Yelyzaveta Nesterova
More Than a Monument: Routine Uses of Urban Archaeological Heritage. Case Study of Lycian Tombs at Kaş (Antalya, Turkey)
Supervisors: Professor Chris Whitehead, Dr Bruce Davenport, Professor Sam Turner
I love observing what is going on around me and questioning how I attend to these observations. I have been always wondering how certain places are more important to people than others with the reasons being not so clear from the first sight.
Since my early childhood I have been fond of all things archaeology and I have rediscovered this passion through the heritage and tourism studies during my bachelors, later continuing my academic training and completing masters in archaeology and history of art.
My interdisciplinary background, as much as life experiences themselves, have shaped my interest for exploring how and why people interact with archaeological heritage and what more-than human world has to say about this.
My project cuts across a number of disciplines – heritage studies, anthropology, archaeology, cultural geography, tourism studies to name a few - and adopts new materialism-informed theories and approaches for studying variety of routine, everyday interactions with archaeological heritage.
My case study focuses on funerary monuments located in Kaş, a seaside town in the Southern Türkiye, Antalya province. I experiment with non-representational methods and consider how they challenge and allow expanding rhetoric of critical heritage studies with regards to individual and everyday values, as well as uses of heritage, beyond the currently existing limitations.

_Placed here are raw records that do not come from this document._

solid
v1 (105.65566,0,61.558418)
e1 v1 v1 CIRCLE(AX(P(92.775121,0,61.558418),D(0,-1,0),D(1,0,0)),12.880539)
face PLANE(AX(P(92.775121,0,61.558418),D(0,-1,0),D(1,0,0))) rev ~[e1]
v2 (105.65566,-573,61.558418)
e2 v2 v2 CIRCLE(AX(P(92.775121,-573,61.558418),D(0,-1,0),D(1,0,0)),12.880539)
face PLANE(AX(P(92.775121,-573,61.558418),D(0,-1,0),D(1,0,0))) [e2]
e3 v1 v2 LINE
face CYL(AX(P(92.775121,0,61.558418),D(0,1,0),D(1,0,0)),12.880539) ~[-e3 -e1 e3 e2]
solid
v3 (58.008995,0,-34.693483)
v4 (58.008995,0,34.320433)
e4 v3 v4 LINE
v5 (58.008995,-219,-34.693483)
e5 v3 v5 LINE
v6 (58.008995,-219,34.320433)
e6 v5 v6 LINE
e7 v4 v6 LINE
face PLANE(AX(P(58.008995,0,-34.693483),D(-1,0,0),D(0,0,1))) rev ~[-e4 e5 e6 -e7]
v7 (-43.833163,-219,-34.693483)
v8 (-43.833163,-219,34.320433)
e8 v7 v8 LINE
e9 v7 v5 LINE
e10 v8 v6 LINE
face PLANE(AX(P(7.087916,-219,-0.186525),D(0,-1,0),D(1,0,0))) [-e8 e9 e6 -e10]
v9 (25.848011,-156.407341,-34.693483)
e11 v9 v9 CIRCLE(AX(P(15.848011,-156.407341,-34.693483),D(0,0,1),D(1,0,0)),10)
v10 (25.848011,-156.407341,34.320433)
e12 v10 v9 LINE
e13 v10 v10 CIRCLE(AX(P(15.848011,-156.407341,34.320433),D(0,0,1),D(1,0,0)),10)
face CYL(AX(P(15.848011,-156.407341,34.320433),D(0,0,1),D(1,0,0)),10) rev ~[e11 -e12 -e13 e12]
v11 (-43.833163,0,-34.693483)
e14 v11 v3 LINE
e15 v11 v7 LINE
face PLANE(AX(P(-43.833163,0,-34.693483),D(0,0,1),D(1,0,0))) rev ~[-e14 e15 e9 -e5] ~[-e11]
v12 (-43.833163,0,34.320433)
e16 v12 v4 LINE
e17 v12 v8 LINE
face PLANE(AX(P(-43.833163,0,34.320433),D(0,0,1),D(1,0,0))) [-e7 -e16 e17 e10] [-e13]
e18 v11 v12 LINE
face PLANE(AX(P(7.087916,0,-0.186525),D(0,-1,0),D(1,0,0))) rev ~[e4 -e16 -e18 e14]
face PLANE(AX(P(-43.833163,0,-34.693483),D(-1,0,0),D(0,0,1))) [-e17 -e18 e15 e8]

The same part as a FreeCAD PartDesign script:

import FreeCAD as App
import Part
import Sketcher
from FreeCAD import Vector

doc = App.newDocument("Part")
params = doc.addObject("Spreadsheet::Sheet", "Params")
for row, (alias, value) in enumerate([
    ("pad1_length", "219 mm"),
    ("sketch2_diameter", "20 mm"),
    ("pad2_length", "573 mm"),
], start=1):
    params.set(f"A{row}", alias)
    params.set(f"B{row}", "=" + value)
    params.setAlias(f"B{row}", alias)

body = doc.addObject("PartDesign::Body", "Body")

sketch1 = doc.addObject("Sketcher::SketchObject", "Sketch")
body.addObject(sketch1)
sketch1.AttachmentSupport = (doc.XZ_Plane, [""])
sketch1.MapMode = "FlatFace"
sketch1.addGeometry(Part.LineSegment(Vector(-43.833163, 34.320433, 0), Vector(-43.833163, -34.693483, 0)), False)
sketch1.addGeometry(Part.LineSegment(Vector(-43.833163, -34.693483, 0), Vector(58.008995, -34.693483, 0)), False)
sketch1.addGeometry(Part.LineSegment(Vector(58.008995, -34.693483, 0), Vector(58.008995, 34.320433, 0)), False)
sketch1.addGeometry(Part.LineSegment(Vector(58.008995, 34.320433, 0), Vector(-43.833163, 34.320433, 0)), False)
sketch1.addConstraint(Sketcher.Constraint("Coincident", 0, 2, 1, 1))
sketch1.addConstraint(Sketcher.Constraint("Coincident", 1, 2, 2, 1))
sketch1.addConstraint(Sketcher.Constraint("Coincident", 2, 2, 3, 1))
sketch1.addConstraint(Sketcher.Constraint("Coincident", 3, 2, 0, 1))
sketch1.addConstraint(Sketcher.Constraint("Vertical", 0))
sketch1.addConstraint(Sketcher.Constraint("Horizontal", 1))
sketch1.addConstraint(Sketcher.Constraint("Vertical", 2))
sketch1.addConstraint(Sketcher.Constraint("Horizontal", 3))
sketch1.addConstraint(Sketcher.Constraint("DistanceX", 1, 1, 1, 2, 101.842158))
sketch1.addConstraint(Sketcher.Constraint("DistanceY", 0, 2, 0, 1, 69.013916))
sketch1.addConstraint(Sketcher.Constraint("DistanceX", 0, 2, -1, 1, 43.833163))
sketch1.addConstraint(Sketcher.Constraint("DistanceY", 0, 2, -1, 1, 34.693483))
pad1 = doc.addObject("PartDesign::Pad", "Pad")
body.addObject(pad1)
pad1.Profile = sketch1
pad1.setExpression("Length", "Params.pad1_length")

sketch2 = doc.addObject("Sketcher::SketchObject", "Sketch001")
body.addObject(sketch2)
sketch2.AttachmentSupport = (doc.XY_Plane, [""])
sketch2.MapMode = "FlatFace"
sketch2.AttachmentOffset = App.Placement(Vector(0, 0, 34.320433), App.Rotation())
sketch2.addGeometry(Part.Circle(Vector(15.848011, -156.407341, 0), Vector(0, 0, 1), 10), False)
sketch2.addConstraint(Sketcher.Constraint("Diameter", 0, 20.0))
sketch2.addConstraint(Sketcher.Constraint("DistanceX", -1, 1, 0, 3, 15.848011))
sketch2.addConstraint(Sketcher.Constraint("DistanceY", 0, 3, -1, 1, 156.407341))
sketch2.setExpression("Constraints[0]", "Params.sketch2_diameter")
pocket1 = doc.addObject("PartDesign::Pocket", "Pocket")
body.addObject(pocket1)
pocket1.Profile = sketch2
pocket1.Type = "ThroughAll"
body2 = doc.addObject("PartDesign::Body", "Body001")

sketch3 = doc.addObject("Sketcher::SketchObject", "Sketch002")
body2.addObject(sketch3)
sketch3.AttachmentSupport = (doc.getObject("XZ_Plane001"), [""])
sketch3.MapMode = "FlatFace"
sketch3.addGeometry(Part.Circle(Vector(92.775121, 61.558418, 0), Vector(0, 0, 1), 12.880539), False)
sketch3.addConstraint(Sketcher.Constraint("Diameter", 0, 25.761078))
sketch3.addConstraint(Sketcher.Constraint("DistanceX", -1, 1, 0, 3, 92.775121))
sketch3.addConstraint(Sketcher.Constraint("DistanceY", -1, 1, 0, 3, 61.558418))
pad2 = doc.addObject("PartDesign::Pad", "Pad001")
body2.addObject(pad2)
pad2.Profile = sketch3
pad2.setExpression("Length", "Params.pad2_length")

doc.recompute()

My interests revolve around social values and uses of heritage, affect and emotion, post-qualitative and non-representational approaches to research, critical heritage studies and new materialism theory.
I am an active member of the ECRN Coordinating Team at the Association of Critical Heritage Studies. I have contributed to organization of the annual ECRN symposia - Heritage Justice - in 2023 and 2025. I take on a role as one of the guest editors for our members who work on publishing their symposium proceedings in the International Journal of Heritage Studies.
I am also one of the founders of our ECRSpeak, a digital blog that aims to spotlight voices of early career researchers.
Presentations:
- ‘The ‘whole’ is an assemblage of ‘parts’: Questioning the split of collective and individual in heritage studies and practice, thinking how it shaped our everyday lives’
Presented at the Midlands Conference in Critical Thought as part of the ‘Critical Perspectives on Diversity in Science – Resistance, Paradigm Shifts, and the Power of Critical Thinking’ stream, ‘From Lived Experience to Collective Knowledge: Critical Reflections on Academic Science’ panel at the University of Warwick, May 21 2026.
- ‘Who are participants and how do we observe? Rethinking participant observation through non-representational approaches. A case study of interactions with Lycian Tombs at Kaş (Antalya, Türkiye)’
Presented at the Durham Annual Anthropology PG Conference (‘Re:Anthropology: REvisiting, REframing and Redefining Research and Practice), Durham University, April 29 2026.
- ‘Dancing the thought: Metaphoric thinking as a way to navigate new materialism’
Presented at the British Sociological Association Annual Conference, University of Manchester, April 10 2026.